Sorry….I don't have a clue. Now if it had been a nailgun, I might could of helped…..I haven't found many hammers that fit my hand too good…...


----------



## chrisstef (Mar 3, 2010)

Check the hammer head just above the top of the handle, there may be a makers mark behind the rust.


----------



## JKL (Sep 22, 2012)

Dang it… I got a lot more of the rust off - but couldn't find a makers mark. The hammer does, because of the extra scrubbing, look a lot better tho. I thought maybe it was a Vaughn or a Hart…


----------



## Gshepherd (May 16, 2012)

I second the Vaughn and what about Plumb?


----------



## OnlyJustME (Nov 22, 2011)

How do you know it is 32oz? That's a war hammer. I used a 28oz wood handle but it wasn't that style. 
Not much value IMO unless you needed one then you saved $20-$30. Of course i always see them around yard/garage sales.


----------



## JKL (Sep 22, 2012)

You're probably right, more than likely it is a 28oz. I showed it to a friend and they said they thought it was a 32oz. It's a great old hammer - good addition to my collection.


----------



## Dusty56 (Apr 20, 2008)

32 oz…..A 2 lb. head on it …damn ! I think it's known as a jack hammer : )


----------



## OnlyJustME (Nov 22, 2011)

I wasn't saying that it wasn't 32oz. I wouldn't want to be swinging that all day.

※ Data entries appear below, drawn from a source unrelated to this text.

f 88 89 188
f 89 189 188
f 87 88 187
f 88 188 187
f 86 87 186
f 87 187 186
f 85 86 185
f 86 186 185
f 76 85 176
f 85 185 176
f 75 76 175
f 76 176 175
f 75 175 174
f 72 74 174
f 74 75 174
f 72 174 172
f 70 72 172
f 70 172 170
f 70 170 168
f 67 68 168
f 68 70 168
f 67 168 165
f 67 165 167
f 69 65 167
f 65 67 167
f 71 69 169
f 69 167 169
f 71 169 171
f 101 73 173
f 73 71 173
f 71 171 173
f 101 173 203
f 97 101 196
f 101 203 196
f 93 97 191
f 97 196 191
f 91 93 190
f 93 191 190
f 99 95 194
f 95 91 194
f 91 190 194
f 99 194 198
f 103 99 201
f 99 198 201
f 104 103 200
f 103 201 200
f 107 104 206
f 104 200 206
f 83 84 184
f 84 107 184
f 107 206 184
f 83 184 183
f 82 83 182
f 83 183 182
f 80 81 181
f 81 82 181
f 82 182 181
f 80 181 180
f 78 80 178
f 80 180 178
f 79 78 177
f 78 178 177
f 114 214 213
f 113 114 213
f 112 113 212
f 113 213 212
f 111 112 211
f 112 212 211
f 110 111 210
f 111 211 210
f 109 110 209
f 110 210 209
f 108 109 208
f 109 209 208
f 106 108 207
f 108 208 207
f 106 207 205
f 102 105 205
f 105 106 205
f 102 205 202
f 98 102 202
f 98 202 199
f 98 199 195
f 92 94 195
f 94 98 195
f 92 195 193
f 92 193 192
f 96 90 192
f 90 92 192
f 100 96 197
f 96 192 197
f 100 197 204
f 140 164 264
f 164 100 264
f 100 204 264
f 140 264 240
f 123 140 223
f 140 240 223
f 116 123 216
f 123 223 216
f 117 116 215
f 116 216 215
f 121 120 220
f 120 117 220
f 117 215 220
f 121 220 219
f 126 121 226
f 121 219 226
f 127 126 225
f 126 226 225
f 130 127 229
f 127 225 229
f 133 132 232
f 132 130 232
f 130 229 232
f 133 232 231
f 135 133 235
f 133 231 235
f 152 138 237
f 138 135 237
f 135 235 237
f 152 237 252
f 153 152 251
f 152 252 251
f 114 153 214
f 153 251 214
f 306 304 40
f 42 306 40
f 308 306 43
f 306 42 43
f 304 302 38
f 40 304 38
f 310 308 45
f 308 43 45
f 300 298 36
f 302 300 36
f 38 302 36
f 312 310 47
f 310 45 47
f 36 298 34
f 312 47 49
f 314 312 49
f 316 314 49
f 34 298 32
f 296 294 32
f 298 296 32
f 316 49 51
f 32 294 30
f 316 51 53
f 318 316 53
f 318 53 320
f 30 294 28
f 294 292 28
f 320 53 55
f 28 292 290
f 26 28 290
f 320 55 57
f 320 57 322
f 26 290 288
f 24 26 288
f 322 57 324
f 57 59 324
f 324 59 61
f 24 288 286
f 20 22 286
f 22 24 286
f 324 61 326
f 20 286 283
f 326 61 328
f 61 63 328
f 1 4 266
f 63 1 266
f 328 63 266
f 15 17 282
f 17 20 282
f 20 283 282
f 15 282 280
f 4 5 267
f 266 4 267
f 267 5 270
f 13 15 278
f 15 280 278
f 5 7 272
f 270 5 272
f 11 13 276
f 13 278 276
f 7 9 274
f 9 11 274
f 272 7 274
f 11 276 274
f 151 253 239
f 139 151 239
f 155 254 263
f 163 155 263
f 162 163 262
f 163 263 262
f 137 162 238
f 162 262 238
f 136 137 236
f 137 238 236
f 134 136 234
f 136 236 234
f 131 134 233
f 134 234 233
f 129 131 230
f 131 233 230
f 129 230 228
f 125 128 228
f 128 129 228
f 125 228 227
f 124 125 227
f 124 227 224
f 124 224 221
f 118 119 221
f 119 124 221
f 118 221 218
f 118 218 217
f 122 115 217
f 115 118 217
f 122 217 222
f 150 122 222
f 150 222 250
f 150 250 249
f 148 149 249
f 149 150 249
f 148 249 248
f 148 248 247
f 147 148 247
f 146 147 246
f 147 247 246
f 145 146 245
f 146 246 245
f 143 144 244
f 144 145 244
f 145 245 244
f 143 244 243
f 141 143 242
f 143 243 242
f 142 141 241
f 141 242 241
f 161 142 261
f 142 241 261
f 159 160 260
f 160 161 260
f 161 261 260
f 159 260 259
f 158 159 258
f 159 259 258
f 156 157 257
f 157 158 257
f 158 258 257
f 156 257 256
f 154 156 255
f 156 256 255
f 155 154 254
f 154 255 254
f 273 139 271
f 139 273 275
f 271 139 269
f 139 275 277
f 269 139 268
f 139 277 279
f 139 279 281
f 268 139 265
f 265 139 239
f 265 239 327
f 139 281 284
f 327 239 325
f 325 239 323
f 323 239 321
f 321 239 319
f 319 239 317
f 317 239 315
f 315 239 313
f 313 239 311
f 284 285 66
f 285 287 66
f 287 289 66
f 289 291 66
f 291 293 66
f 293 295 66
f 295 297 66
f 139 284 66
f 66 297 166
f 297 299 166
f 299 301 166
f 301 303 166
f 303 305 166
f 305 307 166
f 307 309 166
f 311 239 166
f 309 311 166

Thought maybe it was stamped or something on the head and that might have helped identify it. You could take the handle off and weigh it. It's a good solid looking hammer for sure. Probably sink a nail in one hit.  Is it smooth faced or milled with cross hatches?


----------



## quartrsawn (Aug 8, 2009)

I think it is a Vaughn California framer, 23 oz.


----------



## JKL (Sep 22, 2012)

I goggled the 23oz - it looks like it could be a match


----------



## Bluepine38 (Dec 14, 2009)

Definitely a warhammer, framers used to swing these all day, but I hung mine on the wall a few years back, 
and use torx drive screws to hold all my construction projects together, not a single nail in my new deck.
Prevents pain in the wrist and arm after a few hours work, but it does look nice hanging on the wall beside
my small sledge hammers.


----------



## lunn (Jan 30, 2012)

After carrying/using a Vaughn for abt 5 years IMHO it's not a Vaughn. The Vaughn frameing hammers uses a axe eye handle mount. From the photo it looks to be oval. P.S. to the Estwing guys i always hated the sound of your
hammers.


----------